Kapitalanlagen neu ausgerichtet
Neben der Neuausrichtung ihrer Geschäftsfelder versuchen die Anbieter auch vermehrt, ihre Kapitalanlage stärker zu diversifizieren. So zählen laut der Assekurata-Umfrage Neuanlagen in Immobilien, Infrastruktur und Private Debt derzeit zu den beliebtesten Anlageklassen der Lebensversicherer. Auch Unternehmensanleihen gehören trotz gesunkener Emittentenratings und steigender Ausfallrisiken zu den favorisierten Investments.

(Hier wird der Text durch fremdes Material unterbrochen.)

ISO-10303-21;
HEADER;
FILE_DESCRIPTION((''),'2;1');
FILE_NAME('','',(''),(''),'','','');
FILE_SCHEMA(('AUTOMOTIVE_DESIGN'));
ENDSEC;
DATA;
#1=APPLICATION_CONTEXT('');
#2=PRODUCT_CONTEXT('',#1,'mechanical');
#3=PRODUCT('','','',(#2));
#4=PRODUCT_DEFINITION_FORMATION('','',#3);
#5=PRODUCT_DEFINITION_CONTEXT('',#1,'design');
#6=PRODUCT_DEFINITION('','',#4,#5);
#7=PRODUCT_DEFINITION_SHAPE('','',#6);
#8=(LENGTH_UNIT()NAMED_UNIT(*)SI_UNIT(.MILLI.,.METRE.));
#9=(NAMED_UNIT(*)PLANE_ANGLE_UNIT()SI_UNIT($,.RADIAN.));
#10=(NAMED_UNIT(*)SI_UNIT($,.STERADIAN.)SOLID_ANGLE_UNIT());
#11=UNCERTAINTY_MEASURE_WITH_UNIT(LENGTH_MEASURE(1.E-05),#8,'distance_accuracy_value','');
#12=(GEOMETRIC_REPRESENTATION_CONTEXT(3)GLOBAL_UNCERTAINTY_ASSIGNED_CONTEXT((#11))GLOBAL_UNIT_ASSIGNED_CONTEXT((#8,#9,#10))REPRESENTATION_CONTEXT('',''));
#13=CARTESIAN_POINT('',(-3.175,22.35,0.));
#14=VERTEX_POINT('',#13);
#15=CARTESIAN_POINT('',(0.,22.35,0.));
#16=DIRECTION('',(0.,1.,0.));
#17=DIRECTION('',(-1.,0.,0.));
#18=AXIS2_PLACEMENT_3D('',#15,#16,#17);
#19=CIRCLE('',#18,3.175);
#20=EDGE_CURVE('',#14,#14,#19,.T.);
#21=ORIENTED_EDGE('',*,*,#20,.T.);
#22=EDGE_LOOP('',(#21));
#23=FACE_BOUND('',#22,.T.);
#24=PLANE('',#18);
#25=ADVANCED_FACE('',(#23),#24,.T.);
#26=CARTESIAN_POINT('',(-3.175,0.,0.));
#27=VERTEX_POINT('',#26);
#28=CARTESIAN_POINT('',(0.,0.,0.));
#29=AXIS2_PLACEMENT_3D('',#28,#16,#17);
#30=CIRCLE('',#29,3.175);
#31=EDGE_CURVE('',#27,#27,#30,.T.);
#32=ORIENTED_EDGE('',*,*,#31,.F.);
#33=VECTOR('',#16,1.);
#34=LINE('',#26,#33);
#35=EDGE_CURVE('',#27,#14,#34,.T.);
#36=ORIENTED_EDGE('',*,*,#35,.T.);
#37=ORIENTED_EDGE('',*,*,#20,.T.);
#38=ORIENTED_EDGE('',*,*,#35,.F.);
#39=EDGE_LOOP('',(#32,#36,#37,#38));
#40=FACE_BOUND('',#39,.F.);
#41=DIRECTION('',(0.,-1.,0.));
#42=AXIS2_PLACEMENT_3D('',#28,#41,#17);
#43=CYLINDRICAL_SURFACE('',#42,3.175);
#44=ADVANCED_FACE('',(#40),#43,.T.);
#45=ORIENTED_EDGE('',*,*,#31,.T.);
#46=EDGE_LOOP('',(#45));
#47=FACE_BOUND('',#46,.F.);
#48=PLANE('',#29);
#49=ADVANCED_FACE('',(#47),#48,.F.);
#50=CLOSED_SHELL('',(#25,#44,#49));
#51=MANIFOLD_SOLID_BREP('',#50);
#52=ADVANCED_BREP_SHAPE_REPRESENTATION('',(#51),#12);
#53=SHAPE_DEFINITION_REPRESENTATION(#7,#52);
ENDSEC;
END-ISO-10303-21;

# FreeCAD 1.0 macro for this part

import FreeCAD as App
import Part
import Sketcher
from FreeCAD import Vector
Q = App.Units.Quantity

doc = App.newDocument("Part")
body = doc.addObject("PartDesign::Body", "Body")

# Sketch on XZ plane
sketch1 = body.newObject("Sketcher::SketchObject", "Sketch")
sketch1.AttachmentSupport = (doc.getObject("XZ_Plane"), [""])
sketch1.MapMode = "FlatFace"
sketch1.addGeometry(Part.Circle(Vector(0, 0, 0), Vector(0, 0, 1), 3.2), False)
sketch1.addConstraint([
    Sketcher.Constraint("Coincident", 0, 3, -1, 1),
    Sketcher.Constraint("Diameter", 0, Q("0.25 in")),
])
pad1 = body.newObject("PartDesign::Pad", "Pad")
pad1.Profile = sketch1
pad1.Length = 22.35
pad1.Reversed = True

doc.recompute()
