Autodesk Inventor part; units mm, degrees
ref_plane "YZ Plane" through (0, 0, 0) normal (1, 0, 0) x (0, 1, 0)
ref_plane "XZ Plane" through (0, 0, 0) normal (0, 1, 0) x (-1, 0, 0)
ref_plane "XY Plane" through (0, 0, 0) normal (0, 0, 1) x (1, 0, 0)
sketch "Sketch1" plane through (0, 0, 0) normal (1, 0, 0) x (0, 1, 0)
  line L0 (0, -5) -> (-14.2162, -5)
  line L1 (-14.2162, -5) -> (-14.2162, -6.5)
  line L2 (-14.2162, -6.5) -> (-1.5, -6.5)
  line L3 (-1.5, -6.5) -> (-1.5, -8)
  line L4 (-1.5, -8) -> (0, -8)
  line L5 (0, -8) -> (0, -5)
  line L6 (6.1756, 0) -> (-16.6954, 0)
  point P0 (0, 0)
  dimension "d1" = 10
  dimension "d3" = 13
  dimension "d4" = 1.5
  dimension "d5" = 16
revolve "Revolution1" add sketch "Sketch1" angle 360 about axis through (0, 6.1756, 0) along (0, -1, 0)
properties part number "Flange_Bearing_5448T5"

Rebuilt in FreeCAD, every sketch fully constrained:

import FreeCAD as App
import Part
import Sketcher


def add_polygon(sketch, points):
    """Adds a closed chain of lines whose ends are joined by coincident constraints."""
    first, n = sketch.GeometryCount, len(points)
    for a, b in zip(points, points[1:] + points[:1]):
        sketch.addGeometry(Part.LineSegment(App.Vector(*a, 0), App.Vector(*b, 0)), False)
    for i in range(n):
        sketch.addConstraint(Sketcher.Constraint("Coincident", first + i, 2, first + (i + 1) % n, 1))

doc = App.newDocument("Part")
params = doc.addObject("Spreadsheet::Sheet", "Params")
for row, (alias, value) in enumerate([
    ("sketch1_width", "1.5 mm"),
    ("revolution_angle", "360 deg"),
], start=1):
    params.set(f"A{row}", alias)
    params.set(f"B{row}", "=" + value)
    params.setAlias(f"B{row}", alias)

body = doc.addObject("PartDesign::Body", "Body")

sketch1 = body.newObject("Sketcher::SketchObject", "Sketch")
sketch1.AttachmentSupport = (doc.getObject("YZ_Plane"), [""])
sketch1.MapMode = "FlatFace"
add_polygon(sketch1, [(0, -8), (0, -5), (-14.2, -5), (-14.2, -6.5), (-1.5, -6.5), (-1.5, -8)])
sketch1.addConstraint(Sketcher.Constraint("Vertical", 0))
sketch1.addConstraint(Sketcher.Constraint("Horizontal", 1))
sketch1.addConstraint(Sketcher.Constraint("Vertical", 2))
sketch1.addConstraint(Sketcher.Constraint("Horizontal", 3))
sketch1.addConstraint(Sketcher.Constraint("Vertical", 4))
sketch1.addConstraint(Sketcher.Constraint("Horizontal", 5))
sketch1.addConstraint(Sketcher.Constraint("PointOnObject", 0, 2, -2))
sketch1.addConstraint(Sketcher.Constraint("Equal", 5, 2))
sketch1.addConstraint(Sketcher.Constraint("Equal", 2, 4))
sketch1.addConstraint(Sketcher.Constraint("DistanceX", 5, 1, 5, 2, 1.5))
sketch1.addConstraint(Sketcher.Constraint("DistanceY", 0, 2, -1, 1, 5.0))
sketch1.addConstraint(Sketcher.Constraint("DistanceX", 1, 2, 1, 1, 14.2162))
sketch1.setExpression("Constraints[15]", "Params.sketch1_width")
revolution = body.newObject("PartDesign::Revolution", "Revolution")
revolution.Profile = sketch1
revolution.ReferenceAxis = (sketch1, ["H_Axis"])
revolution.setExpression("Angle", "Params.revolution_angle")

doc.recompute()
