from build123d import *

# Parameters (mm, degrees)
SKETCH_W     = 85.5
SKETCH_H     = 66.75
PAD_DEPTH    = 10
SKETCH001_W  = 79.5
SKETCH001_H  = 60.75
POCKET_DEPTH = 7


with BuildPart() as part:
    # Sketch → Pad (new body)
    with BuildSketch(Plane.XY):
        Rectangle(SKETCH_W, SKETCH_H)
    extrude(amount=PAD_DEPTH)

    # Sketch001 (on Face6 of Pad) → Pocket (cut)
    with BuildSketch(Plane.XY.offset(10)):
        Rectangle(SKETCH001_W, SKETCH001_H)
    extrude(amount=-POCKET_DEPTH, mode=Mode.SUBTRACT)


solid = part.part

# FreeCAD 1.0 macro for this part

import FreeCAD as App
import Part
import Sketcher
from FreeCAD import Vector
Q = App.Units.Quantity

doc = App.newDocument("Part")
body = doc.addObject("PartDesign::Body", "Body")

# Sketch on XY plane
sketch1 = doc.addObject("Sketcher::SketchObject", "Sketch")
body.addObject(sketch1)
sketch1.AttachmentSupport = (doc.XY_Plane, [""])
sketch1.MapMode = "FlatFace"
sketch1.addGeometry([
    Part.LineSegment(Vector(-43, 33, 0), Vector(-43, -33, 0)),
    Part.LineSegment(Vector(-43, -33, 0), Vector(43, -33, 0)),
    Part.LineSegment(Vector(43, -33, 0), Vector(43, 33, 0)),
    Part.LineSegment(Vector(43, 33, 0), Vector(-43, 33, 0)),
], False)
sketch1.addConstraint([
    Sketcher.Constraint("Coincident", 0, 2, 1, 1),
    Sketcher.Constraint("Coincident", 1, 2, 2, 1),
    Sketcher.Constraint("Coincident", 2, 2, 3, 1),
    Sketcher.Constraint("Coincident", 3, 2, 0, 1),
    Sketcher.Constraint("Vertical", 0),
    Sketcher.Constraint("Horizontal", 1),
    Sketcher.Constraint("Vertical", 2),
    Sketcher.Constraint("Horizontal", 3),
    Sketcher.Constraint("Symmetric", 0, 2, 2, 2, -1, 1),
    Sketcher.Constraint("DistanceX", 1, 1, 1, 2, Q("85.5 mm")),
    Sketcher.Constraint("DistanceY", 0, 2, 0, 1, Q("66.75 mm")),
])
pad1 = doc.addObject("PartDesign::Pad", "Pad")
body.addObject(pad1)
pad1.Profile = sketch1
pad1.Length = 10

# Sketch on XY plane
sketch2 = doc.addObject("Sketcher::SketchObject", "Sketch001")
body.addObject(sketch2)
sketch2.AttachmentSupport = (doc.XY_Plane, [""])
sketch2.MapMode = "FlatFace"
sketch2.AttachmentOffset = App.Placement(Vector(0, 0, 10), App.Rotation())
sketch2.addGeometry([
    Part.LineSegment(Vector(-40, 30, 0), Vector(-40, -30, 0)),
    Part.LineSegment(Vector(-40, -30, 0), Vector(40, -30, 0)),
    Part.LineSegment(Vector(40, -30, 0), Vector(40, 30, 0)),
    Part.LineSegment(Vector(40, 30, 0), Vector(-40, 30, 0)),
], False)
sketch2.addConstraint([
    Sketcher.Constraint("Coincident", 0, 2, 1, 1),
    Sketcher.Constraint("Coincident", 1, 2, 2, 1),
    Sketcher.Constraint("Coincident", 2, 2, 3, 1),
    Sketcher.Constraint("Coincident", 3, 2, 0, 1),
    Sketcher.Constraint("Vertical", 0),
    Sketcher.Constraint("Horizontal", 1),
    Sketcher.Constraint("Vertical", 2),
    Sketcher.Constraint("Horizontal", 3),
    Sketcher.Constraint("Symmetric", 0, 2, 2, 2, -1, 1),
    Sketcher.Constraint("DistanceX", 1, 1, 1, 2, Q("79.5 mm")),
    Sketcher.Constraint("DistanceY", 0, 2, 0, 1, Q("60.75 mm")),
])
pocket1 = doc.addObject("PartDesign::Pocket", "Pocket")
body.addObject(pocket1)
pocket1.Profile = sketch2
pocket1.Length = 7

doc.recompute()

„Die Suche nach neuen Anlagesegmenten unterstreicht die Bemühungen der Gesellschaften, trotz anhaltend niedriger Zinsen die Renditefähigkeit ihrer Deckungsstöcke aufrechtzuerhalten“, schlussfolgert Lars Heermann. Als wichtigste Erfolgsfaktoren beim Umbau der Kapitalanlage sieht er eine hohe Investment-Kompetenz, eine starke Bilanz und nicht zuletzt ein glückliches Händchen bei der Titelauswahl.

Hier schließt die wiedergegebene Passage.